DATASET CONTENT:
-*-

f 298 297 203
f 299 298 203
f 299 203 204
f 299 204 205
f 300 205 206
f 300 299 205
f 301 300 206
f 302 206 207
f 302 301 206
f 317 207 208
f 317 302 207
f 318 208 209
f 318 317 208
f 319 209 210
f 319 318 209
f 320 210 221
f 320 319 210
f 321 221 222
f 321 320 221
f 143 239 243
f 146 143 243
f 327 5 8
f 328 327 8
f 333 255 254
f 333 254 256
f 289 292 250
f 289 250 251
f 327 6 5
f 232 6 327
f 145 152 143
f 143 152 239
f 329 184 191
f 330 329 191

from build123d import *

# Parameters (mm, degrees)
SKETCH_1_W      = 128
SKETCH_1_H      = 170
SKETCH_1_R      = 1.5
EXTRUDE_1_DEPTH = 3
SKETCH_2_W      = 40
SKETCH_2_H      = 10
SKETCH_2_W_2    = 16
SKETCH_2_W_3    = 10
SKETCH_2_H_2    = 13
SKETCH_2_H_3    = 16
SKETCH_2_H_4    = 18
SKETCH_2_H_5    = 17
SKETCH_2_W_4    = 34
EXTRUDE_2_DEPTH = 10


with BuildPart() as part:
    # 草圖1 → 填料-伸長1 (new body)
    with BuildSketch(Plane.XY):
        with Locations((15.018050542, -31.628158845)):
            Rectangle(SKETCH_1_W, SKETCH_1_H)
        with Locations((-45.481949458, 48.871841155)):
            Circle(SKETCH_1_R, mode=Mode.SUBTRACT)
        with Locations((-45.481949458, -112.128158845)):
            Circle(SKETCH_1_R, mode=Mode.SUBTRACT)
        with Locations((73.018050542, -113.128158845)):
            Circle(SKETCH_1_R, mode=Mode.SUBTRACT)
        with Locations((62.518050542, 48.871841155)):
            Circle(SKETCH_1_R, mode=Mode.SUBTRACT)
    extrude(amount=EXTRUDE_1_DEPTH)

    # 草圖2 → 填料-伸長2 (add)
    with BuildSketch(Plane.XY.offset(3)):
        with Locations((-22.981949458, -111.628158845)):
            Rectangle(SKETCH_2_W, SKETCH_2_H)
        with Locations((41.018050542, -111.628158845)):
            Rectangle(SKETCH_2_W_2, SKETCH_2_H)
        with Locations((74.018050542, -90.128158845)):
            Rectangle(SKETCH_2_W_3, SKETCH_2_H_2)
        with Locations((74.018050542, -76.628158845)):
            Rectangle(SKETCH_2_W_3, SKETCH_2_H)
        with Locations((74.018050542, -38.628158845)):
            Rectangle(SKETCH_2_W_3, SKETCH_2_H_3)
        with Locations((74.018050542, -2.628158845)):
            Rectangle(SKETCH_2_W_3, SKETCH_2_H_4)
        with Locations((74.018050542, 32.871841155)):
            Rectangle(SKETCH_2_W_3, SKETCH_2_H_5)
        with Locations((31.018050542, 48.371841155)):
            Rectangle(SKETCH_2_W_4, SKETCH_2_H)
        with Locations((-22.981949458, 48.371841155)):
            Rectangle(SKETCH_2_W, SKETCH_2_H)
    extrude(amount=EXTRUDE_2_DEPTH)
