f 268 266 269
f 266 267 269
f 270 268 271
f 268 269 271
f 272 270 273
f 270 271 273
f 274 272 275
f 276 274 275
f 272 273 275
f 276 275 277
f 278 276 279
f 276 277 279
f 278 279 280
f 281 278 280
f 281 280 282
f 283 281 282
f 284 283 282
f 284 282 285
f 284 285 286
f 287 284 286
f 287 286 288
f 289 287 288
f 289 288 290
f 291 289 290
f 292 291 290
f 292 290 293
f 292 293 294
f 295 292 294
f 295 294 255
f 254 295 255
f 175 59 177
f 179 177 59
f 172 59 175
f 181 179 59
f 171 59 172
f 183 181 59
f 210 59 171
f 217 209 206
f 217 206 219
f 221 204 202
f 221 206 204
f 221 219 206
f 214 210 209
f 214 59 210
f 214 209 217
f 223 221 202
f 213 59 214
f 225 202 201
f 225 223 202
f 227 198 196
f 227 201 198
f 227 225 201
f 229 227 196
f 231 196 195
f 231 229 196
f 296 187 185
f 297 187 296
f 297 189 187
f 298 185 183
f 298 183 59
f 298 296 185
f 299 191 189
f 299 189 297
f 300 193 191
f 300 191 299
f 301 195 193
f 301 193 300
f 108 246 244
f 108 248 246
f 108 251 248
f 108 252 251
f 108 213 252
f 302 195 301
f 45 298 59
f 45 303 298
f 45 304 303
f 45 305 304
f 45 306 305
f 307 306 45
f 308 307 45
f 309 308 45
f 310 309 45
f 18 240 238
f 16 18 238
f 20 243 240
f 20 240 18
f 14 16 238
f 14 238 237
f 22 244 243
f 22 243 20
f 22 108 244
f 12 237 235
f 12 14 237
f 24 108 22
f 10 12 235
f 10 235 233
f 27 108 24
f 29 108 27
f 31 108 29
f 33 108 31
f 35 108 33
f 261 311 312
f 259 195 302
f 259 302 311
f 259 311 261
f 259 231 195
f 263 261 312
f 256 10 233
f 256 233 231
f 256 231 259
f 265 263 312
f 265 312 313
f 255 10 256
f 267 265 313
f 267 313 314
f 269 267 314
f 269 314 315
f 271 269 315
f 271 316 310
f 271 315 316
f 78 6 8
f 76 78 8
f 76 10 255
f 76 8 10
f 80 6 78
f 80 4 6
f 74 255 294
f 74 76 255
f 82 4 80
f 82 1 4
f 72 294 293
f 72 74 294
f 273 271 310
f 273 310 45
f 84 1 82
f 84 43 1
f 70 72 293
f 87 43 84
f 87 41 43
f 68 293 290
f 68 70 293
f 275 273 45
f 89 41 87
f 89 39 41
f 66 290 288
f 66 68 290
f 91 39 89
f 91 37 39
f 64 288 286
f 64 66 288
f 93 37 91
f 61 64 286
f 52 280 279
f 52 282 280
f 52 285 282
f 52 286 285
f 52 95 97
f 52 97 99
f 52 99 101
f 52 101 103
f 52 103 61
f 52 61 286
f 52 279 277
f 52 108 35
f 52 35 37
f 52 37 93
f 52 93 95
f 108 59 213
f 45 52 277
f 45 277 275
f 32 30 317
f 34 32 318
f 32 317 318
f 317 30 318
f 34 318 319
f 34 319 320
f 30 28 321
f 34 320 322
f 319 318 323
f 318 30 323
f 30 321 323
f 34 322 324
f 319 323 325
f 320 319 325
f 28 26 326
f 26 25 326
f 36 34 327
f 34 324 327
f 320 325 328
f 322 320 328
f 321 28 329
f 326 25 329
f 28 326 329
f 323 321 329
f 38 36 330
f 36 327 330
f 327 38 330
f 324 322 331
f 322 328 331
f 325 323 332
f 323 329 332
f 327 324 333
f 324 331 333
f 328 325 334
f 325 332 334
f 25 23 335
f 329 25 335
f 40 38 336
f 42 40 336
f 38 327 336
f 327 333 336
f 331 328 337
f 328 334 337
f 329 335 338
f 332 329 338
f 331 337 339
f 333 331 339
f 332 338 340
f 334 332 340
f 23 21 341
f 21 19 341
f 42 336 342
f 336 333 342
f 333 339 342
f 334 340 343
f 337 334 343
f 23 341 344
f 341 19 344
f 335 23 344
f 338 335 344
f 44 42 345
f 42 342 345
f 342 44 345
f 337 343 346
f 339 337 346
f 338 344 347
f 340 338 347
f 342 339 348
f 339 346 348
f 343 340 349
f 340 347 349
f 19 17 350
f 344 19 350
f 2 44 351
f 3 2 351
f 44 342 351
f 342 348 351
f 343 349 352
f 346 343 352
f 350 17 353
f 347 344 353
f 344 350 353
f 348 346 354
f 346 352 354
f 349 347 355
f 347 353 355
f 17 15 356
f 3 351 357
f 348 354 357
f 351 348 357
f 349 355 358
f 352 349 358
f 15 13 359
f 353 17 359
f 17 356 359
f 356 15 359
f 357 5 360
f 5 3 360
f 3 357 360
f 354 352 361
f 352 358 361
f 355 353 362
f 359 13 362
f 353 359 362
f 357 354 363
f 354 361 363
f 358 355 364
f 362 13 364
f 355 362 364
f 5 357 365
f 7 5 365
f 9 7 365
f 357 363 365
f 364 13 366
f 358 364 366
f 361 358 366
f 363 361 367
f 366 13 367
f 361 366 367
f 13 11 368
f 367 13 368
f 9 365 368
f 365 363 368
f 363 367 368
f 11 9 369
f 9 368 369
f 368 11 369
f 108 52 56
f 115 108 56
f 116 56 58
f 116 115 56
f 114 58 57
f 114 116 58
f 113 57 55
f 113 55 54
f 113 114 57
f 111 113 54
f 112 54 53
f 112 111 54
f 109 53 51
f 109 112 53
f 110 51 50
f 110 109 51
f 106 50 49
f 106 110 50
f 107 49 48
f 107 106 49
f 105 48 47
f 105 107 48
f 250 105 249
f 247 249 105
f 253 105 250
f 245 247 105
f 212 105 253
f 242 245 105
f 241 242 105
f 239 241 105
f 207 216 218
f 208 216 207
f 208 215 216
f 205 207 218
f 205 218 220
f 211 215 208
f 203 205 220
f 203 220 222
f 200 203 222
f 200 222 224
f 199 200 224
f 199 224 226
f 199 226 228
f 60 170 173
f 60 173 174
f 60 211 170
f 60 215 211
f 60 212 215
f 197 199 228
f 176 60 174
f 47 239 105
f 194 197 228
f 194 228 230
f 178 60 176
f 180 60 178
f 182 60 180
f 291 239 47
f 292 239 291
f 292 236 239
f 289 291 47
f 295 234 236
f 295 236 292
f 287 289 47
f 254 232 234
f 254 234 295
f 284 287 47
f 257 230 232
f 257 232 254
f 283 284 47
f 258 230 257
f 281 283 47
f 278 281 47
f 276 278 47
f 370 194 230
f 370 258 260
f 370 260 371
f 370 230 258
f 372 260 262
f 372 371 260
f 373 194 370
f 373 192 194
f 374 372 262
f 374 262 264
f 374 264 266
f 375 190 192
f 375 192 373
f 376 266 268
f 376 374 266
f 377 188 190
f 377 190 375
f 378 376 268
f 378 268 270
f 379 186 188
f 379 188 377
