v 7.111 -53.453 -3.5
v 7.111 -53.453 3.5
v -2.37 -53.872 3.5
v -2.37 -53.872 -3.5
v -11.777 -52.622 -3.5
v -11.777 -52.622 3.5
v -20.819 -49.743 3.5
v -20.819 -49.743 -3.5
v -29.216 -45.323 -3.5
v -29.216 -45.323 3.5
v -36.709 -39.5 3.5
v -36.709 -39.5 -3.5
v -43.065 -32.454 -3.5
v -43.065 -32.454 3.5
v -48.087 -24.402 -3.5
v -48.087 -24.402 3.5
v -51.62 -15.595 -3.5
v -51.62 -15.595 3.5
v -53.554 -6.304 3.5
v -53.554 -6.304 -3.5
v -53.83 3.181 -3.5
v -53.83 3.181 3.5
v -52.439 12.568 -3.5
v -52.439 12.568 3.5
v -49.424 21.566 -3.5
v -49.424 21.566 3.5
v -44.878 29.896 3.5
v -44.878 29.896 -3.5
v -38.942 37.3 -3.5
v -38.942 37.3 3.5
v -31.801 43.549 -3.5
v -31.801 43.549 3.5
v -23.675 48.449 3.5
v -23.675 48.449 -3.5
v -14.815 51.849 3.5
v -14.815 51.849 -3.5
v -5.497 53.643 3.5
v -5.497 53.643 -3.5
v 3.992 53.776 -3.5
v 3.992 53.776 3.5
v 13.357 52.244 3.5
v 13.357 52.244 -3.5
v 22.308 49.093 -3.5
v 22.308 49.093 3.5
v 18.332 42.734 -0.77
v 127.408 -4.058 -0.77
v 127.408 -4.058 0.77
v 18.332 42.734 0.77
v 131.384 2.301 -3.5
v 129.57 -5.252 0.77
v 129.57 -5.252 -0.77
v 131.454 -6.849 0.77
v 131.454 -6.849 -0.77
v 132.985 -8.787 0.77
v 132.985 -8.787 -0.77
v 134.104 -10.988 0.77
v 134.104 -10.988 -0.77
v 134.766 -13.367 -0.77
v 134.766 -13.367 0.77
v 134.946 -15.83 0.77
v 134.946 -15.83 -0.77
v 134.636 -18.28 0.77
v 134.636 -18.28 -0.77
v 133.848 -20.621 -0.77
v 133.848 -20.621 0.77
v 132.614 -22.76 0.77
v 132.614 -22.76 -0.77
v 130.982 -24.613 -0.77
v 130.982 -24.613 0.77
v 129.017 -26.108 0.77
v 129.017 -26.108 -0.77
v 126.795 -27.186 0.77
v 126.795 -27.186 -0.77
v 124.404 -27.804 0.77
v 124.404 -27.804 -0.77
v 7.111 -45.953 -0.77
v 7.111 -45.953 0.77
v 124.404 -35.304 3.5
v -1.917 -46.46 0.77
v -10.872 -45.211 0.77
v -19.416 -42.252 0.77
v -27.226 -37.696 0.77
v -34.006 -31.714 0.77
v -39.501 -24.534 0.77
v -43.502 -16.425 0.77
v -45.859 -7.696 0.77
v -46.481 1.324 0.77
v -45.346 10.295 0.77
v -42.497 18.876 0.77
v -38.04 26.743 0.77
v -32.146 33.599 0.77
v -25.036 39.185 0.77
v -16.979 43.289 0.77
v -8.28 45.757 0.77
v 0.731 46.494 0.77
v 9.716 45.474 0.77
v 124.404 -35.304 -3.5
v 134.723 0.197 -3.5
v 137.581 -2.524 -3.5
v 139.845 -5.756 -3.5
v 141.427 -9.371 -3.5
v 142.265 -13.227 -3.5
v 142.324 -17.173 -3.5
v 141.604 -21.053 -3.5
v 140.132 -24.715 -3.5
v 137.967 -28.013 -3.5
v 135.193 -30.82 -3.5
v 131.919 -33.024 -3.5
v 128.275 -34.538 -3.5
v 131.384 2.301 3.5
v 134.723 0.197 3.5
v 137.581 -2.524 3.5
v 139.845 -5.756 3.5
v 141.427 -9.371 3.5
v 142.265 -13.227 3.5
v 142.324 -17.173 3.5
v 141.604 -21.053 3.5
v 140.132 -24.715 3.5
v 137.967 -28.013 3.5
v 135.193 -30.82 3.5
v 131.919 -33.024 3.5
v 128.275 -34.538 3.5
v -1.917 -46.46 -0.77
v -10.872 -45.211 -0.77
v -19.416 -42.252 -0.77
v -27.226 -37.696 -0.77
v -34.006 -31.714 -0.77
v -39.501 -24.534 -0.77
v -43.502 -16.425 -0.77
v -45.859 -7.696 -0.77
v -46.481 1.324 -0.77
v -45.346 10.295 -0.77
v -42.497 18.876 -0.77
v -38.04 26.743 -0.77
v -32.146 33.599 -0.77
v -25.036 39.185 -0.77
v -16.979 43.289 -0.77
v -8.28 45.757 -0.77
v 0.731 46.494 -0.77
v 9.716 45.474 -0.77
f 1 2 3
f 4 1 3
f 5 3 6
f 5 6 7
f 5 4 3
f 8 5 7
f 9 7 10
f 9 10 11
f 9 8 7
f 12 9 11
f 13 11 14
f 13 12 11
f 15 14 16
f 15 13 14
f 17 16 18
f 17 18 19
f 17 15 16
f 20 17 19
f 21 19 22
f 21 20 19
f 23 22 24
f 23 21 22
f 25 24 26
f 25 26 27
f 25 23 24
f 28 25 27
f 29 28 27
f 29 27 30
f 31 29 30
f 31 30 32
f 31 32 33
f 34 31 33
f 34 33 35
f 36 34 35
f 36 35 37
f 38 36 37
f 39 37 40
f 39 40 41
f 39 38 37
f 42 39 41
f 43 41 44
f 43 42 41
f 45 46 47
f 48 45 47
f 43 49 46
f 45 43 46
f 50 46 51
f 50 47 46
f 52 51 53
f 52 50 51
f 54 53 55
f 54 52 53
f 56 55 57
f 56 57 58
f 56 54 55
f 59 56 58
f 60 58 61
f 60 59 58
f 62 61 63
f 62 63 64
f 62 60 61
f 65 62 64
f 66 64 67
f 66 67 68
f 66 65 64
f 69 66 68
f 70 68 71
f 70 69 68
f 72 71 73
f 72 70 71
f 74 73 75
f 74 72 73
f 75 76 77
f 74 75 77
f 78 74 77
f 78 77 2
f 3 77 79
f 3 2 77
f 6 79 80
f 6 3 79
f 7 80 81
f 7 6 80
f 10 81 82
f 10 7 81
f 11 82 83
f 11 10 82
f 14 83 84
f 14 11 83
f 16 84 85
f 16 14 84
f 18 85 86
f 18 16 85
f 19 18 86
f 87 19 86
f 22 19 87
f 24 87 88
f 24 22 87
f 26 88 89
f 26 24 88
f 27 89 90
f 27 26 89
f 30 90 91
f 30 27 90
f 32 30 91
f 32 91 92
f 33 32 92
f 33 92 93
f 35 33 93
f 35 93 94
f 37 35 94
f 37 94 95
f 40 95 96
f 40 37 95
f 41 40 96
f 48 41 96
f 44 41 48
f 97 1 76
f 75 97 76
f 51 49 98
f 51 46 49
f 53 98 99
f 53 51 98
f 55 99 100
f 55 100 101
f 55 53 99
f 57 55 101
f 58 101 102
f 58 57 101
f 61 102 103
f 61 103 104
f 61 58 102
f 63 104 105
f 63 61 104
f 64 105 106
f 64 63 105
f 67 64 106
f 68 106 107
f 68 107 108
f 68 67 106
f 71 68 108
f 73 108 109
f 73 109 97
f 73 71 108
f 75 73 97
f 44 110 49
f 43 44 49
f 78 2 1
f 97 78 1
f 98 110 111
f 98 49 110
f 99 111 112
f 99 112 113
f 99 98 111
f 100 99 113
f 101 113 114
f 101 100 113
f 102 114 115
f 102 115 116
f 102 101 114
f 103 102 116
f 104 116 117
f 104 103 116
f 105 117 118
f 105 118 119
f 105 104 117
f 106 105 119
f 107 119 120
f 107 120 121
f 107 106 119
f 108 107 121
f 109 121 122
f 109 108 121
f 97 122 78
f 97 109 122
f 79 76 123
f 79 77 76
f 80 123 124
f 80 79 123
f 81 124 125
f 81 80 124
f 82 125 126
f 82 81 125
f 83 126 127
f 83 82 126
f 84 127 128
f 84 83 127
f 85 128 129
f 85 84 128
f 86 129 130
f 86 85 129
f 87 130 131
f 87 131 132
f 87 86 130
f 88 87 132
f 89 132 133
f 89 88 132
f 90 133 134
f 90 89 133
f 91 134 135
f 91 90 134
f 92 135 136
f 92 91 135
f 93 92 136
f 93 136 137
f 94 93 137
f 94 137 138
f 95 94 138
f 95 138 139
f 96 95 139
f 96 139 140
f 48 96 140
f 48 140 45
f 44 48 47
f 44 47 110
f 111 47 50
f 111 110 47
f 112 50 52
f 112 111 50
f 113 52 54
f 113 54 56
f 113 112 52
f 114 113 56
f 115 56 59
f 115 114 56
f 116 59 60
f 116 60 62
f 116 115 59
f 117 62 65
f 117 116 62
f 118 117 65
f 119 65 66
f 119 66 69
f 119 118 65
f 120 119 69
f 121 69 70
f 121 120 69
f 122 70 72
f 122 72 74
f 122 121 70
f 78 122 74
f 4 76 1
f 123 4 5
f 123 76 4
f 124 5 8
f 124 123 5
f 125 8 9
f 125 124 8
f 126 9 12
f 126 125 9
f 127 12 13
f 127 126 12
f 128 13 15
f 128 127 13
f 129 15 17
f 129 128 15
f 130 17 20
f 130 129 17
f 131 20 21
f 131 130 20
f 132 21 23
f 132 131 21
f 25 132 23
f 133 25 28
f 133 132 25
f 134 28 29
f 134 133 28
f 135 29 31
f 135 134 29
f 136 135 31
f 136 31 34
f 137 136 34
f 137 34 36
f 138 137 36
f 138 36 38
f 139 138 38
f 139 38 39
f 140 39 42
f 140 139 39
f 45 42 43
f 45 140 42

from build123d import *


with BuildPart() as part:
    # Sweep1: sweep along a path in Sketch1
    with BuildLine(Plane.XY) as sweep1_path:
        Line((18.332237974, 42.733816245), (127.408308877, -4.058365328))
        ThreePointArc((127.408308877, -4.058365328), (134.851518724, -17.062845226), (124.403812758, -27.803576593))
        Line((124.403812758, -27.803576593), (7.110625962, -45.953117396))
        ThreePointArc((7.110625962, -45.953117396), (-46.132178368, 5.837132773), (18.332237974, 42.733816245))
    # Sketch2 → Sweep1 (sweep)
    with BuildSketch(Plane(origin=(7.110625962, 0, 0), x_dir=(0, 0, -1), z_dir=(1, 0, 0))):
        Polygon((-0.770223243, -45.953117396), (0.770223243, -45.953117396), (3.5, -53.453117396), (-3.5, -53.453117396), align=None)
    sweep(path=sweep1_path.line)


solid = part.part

-*-

EXERCISE DIRECTIONS: After locating the line with "f 126 125 9" above, return that line and every later line through the one with "f 137 34 36", word for word and with nothing else.

ANSWER BELOW:
f 126 125 9
f 127 12 13
f 127 126 12
f 128 13 15
f 128 127 13
f 129 15 17
f 129 128 15
f 130 17 20
f 130 129 17
f 131 20 21
f 131 130 20
f 132 21 23
f 132 131 21
f 25 132 23
f 133 25 28
f 133 132 25
f 134 28 29
f 134 133 28
f 135 29 31
f 135 134 29
f 136 135 31
f 136 31 34
f 137 136 34
f 137 34 36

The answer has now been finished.